### Instructions to follow:
Below are the entries to work from; restate word for word the portion that opens with the line containing "f 523 524 510" and closes with the line containing "v -102.463 105.108 0", keeping both.

### Provided records:
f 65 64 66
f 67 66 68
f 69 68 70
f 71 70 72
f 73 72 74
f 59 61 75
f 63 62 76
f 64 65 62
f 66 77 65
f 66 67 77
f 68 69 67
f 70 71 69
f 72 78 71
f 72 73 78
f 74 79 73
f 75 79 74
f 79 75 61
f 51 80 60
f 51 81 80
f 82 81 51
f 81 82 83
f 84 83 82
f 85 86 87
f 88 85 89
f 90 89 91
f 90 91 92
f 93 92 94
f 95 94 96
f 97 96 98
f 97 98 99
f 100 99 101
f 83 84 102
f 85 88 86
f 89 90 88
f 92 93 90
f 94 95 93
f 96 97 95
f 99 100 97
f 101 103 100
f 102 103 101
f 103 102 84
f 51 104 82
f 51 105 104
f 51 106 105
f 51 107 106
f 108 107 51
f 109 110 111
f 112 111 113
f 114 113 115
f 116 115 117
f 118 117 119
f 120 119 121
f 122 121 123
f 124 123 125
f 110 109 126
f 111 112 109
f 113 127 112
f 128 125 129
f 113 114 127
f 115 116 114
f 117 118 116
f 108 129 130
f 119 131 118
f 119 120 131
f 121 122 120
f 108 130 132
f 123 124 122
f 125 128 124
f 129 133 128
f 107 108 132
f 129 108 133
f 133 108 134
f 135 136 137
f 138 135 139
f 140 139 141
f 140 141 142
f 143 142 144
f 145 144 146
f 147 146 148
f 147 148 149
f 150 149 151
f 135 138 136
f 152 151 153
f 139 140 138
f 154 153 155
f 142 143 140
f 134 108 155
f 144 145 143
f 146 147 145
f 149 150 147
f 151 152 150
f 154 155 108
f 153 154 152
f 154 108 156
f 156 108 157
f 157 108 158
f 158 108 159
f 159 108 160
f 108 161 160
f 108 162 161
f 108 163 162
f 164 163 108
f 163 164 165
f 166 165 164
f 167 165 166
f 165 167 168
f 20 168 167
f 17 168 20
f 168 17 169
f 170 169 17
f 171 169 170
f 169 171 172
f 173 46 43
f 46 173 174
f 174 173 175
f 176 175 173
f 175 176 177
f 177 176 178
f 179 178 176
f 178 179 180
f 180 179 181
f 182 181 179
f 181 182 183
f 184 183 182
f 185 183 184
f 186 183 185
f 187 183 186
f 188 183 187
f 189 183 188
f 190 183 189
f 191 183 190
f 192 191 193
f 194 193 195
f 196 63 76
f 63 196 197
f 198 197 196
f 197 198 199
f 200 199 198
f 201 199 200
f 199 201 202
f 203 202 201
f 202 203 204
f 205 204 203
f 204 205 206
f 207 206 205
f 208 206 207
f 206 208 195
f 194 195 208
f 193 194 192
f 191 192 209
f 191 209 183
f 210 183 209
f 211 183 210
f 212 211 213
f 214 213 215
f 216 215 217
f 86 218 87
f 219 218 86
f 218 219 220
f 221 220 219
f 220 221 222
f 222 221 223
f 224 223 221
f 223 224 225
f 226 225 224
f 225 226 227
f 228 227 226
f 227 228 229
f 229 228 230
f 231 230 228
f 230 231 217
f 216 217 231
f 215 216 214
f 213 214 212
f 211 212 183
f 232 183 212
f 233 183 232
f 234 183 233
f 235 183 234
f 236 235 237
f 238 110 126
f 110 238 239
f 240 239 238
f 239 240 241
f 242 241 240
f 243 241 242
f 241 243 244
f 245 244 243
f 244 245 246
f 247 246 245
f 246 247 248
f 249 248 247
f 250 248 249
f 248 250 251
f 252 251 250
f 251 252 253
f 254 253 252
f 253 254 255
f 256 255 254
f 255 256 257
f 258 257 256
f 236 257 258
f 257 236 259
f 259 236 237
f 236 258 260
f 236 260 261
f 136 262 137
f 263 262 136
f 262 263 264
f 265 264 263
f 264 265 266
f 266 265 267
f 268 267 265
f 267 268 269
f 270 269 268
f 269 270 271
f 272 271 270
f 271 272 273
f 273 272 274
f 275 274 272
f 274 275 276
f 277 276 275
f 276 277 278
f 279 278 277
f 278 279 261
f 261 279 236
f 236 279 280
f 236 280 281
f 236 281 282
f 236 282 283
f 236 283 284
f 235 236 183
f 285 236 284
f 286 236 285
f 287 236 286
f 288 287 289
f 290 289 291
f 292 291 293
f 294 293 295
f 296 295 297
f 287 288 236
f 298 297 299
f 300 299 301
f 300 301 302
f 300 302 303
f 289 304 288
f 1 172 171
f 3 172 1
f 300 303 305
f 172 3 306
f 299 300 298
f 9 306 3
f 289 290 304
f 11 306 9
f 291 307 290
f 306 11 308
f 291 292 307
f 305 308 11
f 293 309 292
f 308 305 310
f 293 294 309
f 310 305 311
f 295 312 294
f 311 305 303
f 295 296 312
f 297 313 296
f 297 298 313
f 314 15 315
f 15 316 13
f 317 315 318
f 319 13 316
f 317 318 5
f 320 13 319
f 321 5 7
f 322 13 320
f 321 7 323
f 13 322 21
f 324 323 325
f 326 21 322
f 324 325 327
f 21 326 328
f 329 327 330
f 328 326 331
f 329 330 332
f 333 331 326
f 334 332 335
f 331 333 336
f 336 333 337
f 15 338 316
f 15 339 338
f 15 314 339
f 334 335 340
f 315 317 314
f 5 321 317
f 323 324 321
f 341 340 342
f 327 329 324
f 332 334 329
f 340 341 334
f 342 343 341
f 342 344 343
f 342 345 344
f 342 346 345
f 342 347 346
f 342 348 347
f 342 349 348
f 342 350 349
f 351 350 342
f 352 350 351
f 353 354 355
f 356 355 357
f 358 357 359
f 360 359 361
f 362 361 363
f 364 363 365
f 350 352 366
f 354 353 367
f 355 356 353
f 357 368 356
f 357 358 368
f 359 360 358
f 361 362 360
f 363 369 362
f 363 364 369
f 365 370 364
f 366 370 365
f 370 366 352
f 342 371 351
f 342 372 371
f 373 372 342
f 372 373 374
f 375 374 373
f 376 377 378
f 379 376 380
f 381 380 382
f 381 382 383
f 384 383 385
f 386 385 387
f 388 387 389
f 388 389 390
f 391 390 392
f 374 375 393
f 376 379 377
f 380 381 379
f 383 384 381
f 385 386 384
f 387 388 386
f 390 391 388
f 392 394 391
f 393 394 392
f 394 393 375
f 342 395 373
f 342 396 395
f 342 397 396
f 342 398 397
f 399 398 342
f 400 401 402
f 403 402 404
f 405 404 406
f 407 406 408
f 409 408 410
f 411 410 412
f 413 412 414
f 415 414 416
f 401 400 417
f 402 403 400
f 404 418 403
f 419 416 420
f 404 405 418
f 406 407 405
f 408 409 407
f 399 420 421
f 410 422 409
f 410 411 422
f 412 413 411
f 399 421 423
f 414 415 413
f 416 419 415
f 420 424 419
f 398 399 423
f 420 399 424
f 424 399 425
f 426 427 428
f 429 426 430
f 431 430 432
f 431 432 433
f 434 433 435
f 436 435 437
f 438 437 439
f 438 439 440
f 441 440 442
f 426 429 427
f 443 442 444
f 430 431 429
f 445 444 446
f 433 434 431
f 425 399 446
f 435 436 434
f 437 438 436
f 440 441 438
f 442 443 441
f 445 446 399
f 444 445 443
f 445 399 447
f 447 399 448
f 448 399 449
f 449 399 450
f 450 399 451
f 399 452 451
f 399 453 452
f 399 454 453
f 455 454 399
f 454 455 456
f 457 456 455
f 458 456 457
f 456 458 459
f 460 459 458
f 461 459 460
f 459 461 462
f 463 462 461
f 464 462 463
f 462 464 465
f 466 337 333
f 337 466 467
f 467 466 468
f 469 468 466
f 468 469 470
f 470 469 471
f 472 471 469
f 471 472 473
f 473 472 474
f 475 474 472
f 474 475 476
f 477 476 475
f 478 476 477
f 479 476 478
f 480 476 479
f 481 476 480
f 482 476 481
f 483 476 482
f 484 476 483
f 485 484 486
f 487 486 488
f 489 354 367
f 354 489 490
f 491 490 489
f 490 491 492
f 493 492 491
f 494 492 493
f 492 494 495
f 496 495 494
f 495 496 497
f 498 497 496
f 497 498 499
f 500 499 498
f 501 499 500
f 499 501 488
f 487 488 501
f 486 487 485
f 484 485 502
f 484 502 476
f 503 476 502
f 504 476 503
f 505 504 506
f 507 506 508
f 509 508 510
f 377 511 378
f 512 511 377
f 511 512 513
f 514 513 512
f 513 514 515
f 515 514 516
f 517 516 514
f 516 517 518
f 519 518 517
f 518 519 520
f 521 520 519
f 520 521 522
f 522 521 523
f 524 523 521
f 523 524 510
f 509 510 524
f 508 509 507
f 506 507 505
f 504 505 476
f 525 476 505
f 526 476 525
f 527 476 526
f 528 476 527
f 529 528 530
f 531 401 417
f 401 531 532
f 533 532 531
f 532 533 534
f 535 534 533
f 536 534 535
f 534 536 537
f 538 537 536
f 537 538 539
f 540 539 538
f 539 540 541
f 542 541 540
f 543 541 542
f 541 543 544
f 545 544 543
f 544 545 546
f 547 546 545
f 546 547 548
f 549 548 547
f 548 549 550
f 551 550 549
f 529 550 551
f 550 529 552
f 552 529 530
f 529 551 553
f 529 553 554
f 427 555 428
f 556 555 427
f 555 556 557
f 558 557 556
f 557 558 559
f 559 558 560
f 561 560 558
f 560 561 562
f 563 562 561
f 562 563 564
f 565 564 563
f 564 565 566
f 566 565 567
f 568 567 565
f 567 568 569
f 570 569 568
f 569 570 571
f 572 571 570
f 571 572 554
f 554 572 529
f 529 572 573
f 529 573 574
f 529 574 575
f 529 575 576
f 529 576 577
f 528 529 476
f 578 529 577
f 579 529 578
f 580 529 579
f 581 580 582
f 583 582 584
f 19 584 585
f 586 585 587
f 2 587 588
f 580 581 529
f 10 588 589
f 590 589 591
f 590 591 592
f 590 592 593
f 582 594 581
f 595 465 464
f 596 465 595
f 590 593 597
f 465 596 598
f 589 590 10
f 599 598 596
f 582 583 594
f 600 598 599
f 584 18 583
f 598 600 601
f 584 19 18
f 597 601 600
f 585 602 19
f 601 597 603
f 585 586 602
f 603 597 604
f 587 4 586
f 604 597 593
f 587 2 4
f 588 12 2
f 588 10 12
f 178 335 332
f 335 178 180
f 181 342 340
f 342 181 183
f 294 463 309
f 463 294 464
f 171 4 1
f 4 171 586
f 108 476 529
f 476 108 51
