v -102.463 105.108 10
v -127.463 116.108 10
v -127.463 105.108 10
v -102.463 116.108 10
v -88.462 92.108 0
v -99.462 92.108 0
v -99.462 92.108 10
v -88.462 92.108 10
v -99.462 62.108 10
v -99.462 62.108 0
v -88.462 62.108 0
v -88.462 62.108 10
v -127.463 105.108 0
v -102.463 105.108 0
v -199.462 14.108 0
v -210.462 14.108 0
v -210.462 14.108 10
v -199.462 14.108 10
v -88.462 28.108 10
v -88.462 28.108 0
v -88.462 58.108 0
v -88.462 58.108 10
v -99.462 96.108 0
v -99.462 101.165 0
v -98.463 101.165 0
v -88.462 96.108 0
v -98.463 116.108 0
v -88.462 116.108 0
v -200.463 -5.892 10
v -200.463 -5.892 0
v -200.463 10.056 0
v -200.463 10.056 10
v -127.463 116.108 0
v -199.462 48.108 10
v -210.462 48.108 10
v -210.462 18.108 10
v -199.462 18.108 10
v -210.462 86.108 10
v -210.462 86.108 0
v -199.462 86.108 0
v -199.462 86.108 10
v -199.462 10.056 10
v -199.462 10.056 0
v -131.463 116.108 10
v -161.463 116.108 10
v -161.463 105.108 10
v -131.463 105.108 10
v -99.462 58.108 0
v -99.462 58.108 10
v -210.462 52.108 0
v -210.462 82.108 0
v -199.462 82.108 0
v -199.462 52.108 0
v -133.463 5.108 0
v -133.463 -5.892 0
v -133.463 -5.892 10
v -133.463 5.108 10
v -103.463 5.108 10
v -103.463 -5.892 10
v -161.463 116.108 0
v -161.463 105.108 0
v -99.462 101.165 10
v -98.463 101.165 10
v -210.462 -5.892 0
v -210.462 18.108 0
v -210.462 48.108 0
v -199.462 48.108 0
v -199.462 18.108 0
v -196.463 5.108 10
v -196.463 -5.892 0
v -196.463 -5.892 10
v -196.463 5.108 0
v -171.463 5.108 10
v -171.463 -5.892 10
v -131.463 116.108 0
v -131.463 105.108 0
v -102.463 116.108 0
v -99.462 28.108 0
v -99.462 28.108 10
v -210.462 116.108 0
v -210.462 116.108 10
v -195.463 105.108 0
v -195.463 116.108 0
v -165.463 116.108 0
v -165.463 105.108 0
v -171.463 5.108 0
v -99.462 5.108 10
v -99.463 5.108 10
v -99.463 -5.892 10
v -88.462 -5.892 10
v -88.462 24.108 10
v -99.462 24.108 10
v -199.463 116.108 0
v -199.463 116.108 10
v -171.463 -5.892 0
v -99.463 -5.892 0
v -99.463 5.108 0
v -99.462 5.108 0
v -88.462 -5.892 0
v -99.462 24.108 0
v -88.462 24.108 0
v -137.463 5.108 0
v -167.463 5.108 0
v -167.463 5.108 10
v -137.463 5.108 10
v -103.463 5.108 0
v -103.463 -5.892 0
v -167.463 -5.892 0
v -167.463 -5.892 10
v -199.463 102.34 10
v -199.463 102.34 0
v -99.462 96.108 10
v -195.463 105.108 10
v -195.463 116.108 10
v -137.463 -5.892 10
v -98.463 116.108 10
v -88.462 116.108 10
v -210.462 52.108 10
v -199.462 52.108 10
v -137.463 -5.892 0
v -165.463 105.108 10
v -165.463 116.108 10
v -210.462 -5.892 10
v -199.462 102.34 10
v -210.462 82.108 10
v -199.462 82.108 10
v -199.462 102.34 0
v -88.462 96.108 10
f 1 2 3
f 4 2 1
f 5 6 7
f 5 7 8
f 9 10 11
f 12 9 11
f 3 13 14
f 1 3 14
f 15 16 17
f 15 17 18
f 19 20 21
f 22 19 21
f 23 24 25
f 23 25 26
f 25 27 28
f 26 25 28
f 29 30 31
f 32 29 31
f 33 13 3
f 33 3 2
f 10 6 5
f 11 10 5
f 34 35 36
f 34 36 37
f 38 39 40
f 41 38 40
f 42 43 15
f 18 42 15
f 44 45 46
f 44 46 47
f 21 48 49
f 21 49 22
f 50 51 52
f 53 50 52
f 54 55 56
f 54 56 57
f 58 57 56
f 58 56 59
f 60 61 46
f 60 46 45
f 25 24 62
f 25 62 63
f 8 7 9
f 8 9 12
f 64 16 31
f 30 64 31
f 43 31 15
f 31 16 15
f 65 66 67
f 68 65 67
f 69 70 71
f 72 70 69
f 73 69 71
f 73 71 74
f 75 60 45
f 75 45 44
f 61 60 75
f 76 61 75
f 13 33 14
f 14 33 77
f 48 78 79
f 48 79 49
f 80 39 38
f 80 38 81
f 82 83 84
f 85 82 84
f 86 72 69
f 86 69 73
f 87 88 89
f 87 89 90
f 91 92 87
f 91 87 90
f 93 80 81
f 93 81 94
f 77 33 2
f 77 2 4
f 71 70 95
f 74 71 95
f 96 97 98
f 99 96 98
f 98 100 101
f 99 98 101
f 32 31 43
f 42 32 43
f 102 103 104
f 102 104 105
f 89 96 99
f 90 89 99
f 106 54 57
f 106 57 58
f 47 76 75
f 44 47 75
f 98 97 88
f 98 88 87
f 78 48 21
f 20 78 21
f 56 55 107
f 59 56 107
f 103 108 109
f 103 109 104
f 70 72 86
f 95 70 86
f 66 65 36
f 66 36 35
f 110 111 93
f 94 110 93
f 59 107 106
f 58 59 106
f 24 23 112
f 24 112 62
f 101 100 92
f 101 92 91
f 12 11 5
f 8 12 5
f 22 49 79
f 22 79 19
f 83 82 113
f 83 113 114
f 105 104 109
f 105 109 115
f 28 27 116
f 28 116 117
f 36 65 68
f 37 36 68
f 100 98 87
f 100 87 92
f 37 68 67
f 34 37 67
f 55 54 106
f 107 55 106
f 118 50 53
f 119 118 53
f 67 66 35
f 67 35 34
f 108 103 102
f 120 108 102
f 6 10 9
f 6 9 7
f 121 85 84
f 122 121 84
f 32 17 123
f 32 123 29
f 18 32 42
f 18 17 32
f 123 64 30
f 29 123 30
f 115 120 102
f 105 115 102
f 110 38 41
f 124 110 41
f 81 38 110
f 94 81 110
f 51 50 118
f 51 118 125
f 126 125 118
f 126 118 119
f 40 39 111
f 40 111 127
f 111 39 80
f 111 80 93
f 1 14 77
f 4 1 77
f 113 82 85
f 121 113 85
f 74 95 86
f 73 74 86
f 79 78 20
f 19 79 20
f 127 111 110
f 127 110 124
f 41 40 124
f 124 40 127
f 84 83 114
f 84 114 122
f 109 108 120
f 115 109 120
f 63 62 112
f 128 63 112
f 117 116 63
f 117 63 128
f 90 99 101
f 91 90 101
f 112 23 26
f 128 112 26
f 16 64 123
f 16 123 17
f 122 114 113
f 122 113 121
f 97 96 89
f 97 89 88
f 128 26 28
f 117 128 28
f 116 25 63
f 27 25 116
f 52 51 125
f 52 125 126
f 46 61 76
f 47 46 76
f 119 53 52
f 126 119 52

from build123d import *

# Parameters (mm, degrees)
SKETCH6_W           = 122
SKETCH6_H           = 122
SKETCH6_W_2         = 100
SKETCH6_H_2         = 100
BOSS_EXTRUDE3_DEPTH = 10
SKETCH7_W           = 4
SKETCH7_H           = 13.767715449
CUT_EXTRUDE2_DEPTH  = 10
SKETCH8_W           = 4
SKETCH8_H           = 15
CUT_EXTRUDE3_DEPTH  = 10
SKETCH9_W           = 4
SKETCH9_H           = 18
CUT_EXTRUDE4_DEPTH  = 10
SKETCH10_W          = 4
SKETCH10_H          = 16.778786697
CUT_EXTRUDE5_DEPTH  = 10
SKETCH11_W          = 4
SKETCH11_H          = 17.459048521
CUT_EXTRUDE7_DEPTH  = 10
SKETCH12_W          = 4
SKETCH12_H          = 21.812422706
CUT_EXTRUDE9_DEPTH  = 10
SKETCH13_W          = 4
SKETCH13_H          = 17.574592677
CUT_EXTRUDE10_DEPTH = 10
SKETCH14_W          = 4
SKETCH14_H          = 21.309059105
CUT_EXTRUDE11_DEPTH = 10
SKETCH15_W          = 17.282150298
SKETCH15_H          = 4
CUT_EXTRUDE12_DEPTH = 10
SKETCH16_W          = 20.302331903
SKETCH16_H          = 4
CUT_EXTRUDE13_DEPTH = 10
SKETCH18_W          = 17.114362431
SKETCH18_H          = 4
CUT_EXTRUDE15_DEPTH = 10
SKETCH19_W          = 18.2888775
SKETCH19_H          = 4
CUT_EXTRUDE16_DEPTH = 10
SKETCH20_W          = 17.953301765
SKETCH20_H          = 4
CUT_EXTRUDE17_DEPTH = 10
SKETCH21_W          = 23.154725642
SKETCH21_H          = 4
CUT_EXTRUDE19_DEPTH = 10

### Solution to the exercise:
f 523 524 510
f 509 510 524
f 508 509 507
f 506 507 505
f 504 505 476
f 525 476 505
f 526 476 525
f 527 476 526
f 528 476 527
f 529 528 530
f 531 401 417
f 401 531 532
f 533 532 531
f 532 533 534
f 535 534 533
f 536 534 535
f 534 536 537
f 538 537 536
f 537 538 539
f 540 539 538
f 539 540 541
f 542 541 540
f 543 541 542
f 541 543 544
f 545 544 543
f 544 545 546
f 547 546 545
f 546 547 548
f 549 548 547
f 548 549 550
f 551 550 549
f 529 550 551
f 550 529 552
f 552 529 530
f 529 551 553
f 529 553 554
f 427 555 428
f 556 555 427
f 555 556 557
f 558 557 556
f 557 558 559
f 559 558 560
f 561 560 558
f 560 561 562
f 563 562 561
f 562 563 564
f 565 564 563
f 564 565 566
f 566 565 567
f 568 567 565
f 567 568 569
f 570 569 568
f 569 570 571
f 572 571 570
f 571 572 554
f 554 572 529
f 529 572 573
f 529 573 574
f 529 574 575
f 529 575 576
f 529 576 577
f 528 529 476
f 578 529 577
f 579 529 578
f 580 529 579
f 581 580 582
f 583 582 584
f 19 584 585
f 586 585 587
f 2 587 588
f 580 581 529
f 10 588 589
f 590 589 591
f 590 591 592
f 590 592 593
f 582 594 581
f 595 465 464
f 596 465 595
f 590 593 597
f 465 596 598
f 589 590 10
f 599 598 596
f 582 583 594
f 600 598 599
f 584 18 583
f 598 600 601
f 584 19 18
f 597 601 600
f 585 602 19
f 601 597 603
f 585 586 602
f 603 597 604
f 587 4 586
f 604 597 593
f 587 2 4
f 588 12 2
f 588 10 12
f 178 335 332
f 335 178 180
f 181 342 340
f 342 181 183
f 294 463 309
f 463 294 464
f 171 4 1
f 4 171 586
f 108 476 529
f 476 108 51
v -102.463 105.108 10
v -127.463 116.108 10
v -127.463 105.108 10
v -102.463 116.108 10
v -88.462 92.108 0
v -99.462 92.108 0
v -99.462 92.108 10
v -88.462 92.108 10
v -99.462 62.108 10
v -99.462 62.108 0
v -88.462 62.108 0
v -88.462 62.108 10
v -127.463 105.108 0
v -102.463 105.108 0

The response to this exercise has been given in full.